- WHAT NEEDS TO BE DONE -
A stretch of the entries below is to be set down exactly, running from the line with "#143=CARTESIAN_POINT('',(6.,0.,-76.));" through the line with "#155=CIRCLE('',#154,4.);", both included, and no other line.

==============================

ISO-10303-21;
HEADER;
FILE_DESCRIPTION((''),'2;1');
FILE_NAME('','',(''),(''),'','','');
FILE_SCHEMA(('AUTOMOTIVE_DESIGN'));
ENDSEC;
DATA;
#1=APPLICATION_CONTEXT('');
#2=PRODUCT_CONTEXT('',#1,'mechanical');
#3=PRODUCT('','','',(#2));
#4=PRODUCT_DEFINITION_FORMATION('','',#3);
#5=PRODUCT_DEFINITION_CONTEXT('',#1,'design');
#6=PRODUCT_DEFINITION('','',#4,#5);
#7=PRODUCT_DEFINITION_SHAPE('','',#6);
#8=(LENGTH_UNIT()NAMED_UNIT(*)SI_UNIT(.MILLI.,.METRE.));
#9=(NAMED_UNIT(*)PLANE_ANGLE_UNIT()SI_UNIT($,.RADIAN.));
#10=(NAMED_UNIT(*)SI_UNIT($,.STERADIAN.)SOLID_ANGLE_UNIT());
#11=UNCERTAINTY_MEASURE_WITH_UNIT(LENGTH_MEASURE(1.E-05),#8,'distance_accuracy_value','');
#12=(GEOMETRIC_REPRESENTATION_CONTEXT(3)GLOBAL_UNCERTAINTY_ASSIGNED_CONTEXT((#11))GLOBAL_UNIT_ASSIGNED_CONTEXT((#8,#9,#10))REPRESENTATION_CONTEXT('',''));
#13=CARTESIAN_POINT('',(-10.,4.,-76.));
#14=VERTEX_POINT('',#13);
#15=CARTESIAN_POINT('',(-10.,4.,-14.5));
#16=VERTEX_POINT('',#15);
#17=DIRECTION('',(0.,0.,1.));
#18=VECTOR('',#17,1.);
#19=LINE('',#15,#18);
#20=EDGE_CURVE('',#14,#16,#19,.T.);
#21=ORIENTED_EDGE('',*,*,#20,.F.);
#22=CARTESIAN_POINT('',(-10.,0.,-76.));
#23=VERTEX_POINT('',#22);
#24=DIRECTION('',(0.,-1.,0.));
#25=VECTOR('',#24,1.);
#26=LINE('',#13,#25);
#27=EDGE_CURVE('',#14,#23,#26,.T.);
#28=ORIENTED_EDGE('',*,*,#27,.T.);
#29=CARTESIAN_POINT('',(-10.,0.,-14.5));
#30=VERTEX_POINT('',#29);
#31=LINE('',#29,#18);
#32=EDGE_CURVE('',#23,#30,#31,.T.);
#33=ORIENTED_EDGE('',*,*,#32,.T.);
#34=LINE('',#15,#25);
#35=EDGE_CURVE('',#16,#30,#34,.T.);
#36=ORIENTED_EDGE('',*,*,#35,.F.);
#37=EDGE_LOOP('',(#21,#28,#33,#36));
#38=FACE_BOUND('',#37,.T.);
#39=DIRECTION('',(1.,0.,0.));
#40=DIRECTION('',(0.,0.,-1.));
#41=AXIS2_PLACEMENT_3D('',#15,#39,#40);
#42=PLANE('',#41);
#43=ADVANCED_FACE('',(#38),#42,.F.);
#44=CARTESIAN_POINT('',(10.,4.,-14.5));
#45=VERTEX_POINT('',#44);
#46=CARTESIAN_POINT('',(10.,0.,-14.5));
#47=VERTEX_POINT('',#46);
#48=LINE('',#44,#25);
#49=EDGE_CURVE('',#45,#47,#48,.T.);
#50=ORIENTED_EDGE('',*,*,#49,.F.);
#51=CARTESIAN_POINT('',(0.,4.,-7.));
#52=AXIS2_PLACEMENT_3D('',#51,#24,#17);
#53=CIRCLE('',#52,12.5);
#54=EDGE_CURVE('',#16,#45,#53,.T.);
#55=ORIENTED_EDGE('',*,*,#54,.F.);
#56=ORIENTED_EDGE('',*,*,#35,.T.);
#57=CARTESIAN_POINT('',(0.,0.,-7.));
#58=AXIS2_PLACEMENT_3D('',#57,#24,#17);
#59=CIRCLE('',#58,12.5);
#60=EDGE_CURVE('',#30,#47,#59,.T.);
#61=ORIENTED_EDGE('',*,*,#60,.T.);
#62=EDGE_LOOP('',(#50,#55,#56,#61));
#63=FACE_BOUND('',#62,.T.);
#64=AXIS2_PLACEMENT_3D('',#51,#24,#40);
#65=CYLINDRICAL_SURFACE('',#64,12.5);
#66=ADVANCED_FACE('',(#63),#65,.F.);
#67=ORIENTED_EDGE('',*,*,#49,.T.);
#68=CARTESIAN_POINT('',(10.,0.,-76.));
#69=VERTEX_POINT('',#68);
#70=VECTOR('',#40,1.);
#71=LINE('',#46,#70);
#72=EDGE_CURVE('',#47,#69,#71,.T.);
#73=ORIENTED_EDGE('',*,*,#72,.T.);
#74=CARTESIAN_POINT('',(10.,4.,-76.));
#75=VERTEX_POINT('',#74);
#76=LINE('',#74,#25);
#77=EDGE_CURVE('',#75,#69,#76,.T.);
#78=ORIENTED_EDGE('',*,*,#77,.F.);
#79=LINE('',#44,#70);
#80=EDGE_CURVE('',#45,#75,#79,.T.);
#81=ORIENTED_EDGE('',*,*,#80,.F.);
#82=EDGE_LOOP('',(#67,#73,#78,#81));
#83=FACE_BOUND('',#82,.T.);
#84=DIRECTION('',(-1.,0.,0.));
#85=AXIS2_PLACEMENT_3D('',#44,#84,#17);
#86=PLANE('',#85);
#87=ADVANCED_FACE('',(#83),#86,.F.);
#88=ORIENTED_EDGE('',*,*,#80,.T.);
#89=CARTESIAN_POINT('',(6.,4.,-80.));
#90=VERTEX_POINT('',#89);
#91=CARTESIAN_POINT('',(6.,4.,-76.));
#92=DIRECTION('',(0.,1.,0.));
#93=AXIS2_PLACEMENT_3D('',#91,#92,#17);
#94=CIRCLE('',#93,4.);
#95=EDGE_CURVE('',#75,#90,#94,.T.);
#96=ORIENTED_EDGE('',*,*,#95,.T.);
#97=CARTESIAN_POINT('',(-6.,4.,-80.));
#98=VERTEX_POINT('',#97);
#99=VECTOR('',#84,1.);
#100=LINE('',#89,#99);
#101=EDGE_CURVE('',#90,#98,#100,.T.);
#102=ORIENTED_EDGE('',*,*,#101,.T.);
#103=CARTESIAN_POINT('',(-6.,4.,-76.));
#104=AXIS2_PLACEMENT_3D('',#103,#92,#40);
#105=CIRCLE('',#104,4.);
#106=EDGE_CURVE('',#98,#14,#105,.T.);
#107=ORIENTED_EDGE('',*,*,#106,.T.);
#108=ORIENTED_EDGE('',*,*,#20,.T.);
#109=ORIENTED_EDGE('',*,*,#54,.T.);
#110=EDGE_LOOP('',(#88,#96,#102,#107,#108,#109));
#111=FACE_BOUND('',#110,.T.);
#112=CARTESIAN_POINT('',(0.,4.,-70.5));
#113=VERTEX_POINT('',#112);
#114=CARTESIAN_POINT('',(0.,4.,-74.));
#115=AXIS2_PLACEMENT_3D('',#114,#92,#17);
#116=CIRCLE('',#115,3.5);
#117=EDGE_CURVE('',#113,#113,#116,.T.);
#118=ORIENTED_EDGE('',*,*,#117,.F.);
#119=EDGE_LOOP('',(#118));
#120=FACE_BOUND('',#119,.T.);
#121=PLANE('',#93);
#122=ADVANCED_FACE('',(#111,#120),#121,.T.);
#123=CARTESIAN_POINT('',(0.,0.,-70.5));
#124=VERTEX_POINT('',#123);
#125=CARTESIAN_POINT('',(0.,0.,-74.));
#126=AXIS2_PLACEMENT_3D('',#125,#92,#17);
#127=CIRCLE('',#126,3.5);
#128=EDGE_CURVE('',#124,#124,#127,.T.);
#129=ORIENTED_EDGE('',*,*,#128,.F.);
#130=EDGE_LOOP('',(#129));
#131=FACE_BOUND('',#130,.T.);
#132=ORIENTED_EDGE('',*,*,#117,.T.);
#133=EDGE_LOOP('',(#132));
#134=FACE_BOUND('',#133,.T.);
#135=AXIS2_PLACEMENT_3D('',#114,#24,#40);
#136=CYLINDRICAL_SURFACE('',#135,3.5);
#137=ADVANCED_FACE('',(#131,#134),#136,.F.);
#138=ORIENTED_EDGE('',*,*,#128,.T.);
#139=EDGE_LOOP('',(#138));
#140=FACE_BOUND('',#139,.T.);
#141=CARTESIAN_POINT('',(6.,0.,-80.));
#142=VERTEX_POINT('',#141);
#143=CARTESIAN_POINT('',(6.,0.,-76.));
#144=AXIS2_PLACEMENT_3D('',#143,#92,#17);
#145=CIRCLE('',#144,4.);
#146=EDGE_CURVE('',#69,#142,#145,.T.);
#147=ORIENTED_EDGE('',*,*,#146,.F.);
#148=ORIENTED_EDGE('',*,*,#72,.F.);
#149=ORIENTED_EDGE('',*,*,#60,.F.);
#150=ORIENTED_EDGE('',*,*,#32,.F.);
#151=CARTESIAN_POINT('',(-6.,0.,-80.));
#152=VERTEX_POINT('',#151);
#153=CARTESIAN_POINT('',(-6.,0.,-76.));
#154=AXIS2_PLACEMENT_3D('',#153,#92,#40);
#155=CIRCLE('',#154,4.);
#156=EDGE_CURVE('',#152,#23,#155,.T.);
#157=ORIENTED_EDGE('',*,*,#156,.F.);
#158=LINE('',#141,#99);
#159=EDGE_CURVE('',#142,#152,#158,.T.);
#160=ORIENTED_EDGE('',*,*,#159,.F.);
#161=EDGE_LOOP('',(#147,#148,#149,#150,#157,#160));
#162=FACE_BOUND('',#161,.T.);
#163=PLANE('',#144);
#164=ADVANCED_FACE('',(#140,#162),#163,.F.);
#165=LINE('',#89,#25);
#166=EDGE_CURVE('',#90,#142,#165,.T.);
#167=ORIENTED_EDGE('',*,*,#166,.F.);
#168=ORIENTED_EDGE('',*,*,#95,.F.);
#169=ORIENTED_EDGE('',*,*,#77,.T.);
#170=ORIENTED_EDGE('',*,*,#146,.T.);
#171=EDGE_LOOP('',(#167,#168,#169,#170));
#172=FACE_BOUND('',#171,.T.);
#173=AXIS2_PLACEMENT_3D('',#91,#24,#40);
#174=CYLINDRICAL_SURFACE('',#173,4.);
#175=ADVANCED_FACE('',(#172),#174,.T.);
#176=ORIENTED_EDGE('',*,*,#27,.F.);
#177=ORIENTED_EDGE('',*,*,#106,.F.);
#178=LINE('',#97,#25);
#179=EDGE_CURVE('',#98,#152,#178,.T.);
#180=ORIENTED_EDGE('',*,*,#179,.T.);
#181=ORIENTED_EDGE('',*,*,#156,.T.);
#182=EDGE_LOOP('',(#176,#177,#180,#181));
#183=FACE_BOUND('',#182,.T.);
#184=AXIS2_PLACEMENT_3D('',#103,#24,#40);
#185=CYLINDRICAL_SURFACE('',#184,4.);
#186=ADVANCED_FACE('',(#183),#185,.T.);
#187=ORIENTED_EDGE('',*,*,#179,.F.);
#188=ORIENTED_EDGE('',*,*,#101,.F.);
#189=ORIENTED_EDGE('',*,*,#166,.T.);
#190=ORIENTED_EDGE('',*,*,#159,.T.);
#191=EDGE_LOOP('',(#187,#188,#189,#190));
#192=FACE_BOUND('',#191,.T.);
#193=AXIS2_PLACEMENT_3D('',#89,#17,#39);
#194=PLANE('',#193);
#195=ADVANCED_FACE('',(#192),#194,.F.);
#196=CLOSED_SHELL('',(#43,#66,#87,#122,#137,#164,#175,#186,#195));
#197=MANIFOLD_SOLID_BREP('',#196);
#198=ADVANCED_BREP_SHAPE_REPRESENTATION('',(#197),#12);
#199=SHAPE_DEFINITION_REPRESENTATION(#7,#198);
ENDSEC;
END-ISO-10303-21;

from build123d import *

# Parameters (mm, degrees)
SKETCH1_R           = 3.5
BOSS_EXTRUDE1_DEPTH = 4


with BuildPart() as part:
    # Sketch1 → Boss-Extrude1 (new body)
    with BuildSketch(Plane(origin=(0, 0, 0), x_dir=(1, 0, 0), z_dir=(0, 1, 0))):
        with BuildLine():
            Line((-10, 14.5), (-10, 76))
            ThreePointArc((-10, 76), (-8.828427125, 78.828427125), (-6, 80))
            Line((-6, 80), (6, 80))
            ThreePointArc((6, 80), (8.828427125, 78.828427125), (10, 76))
            Line((10, 76), (10, 14.5))
            ThreePointArc((10, 14.5), (0, 19.5), (-10, 14.5))
        make_face()
        with Locations(Location((0, 74, 0), (0, 0, 270))):
            Circle(SKETCH1_R, mode=Mode.SUBTRACT)
    extrude(amount=BOSS_EXTRUDE1_DEPTH)


solid = part.part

==============================

- SOLUTION TO THIS PROBLEM -
#143=CARTESIAN_POINT('',(6.,0.,-76.));
#144=AXIS2_PLACEMENT_3D('',#143,#92,#17);
#145=CIRCLE('',#144,4.);
#146=EDGE_CURVE('',#69,#142,#145,.T.);
#147=ORIENTED_EDGE('',*,*,#146,.F.);
#148=ORIENTED_EDGE('',*,*,#72,.F.);
#149=ORIENTED_EDGE('',*,*,#60,.F.);
#150=ORIENTED_EDGE('',*,*,#32,.F.);
#151=CARTESIAN_POINT('',(-6.,0.,-80.));
#152=VERTEX_POINT('',#151);
#153=CARTESIAN_POINT('',(-6.,0.,-76.));
#154=AXIS2_PLACEMENT_3D('',#153,#92,#40);
#155=CIRCLE('',#154,4.);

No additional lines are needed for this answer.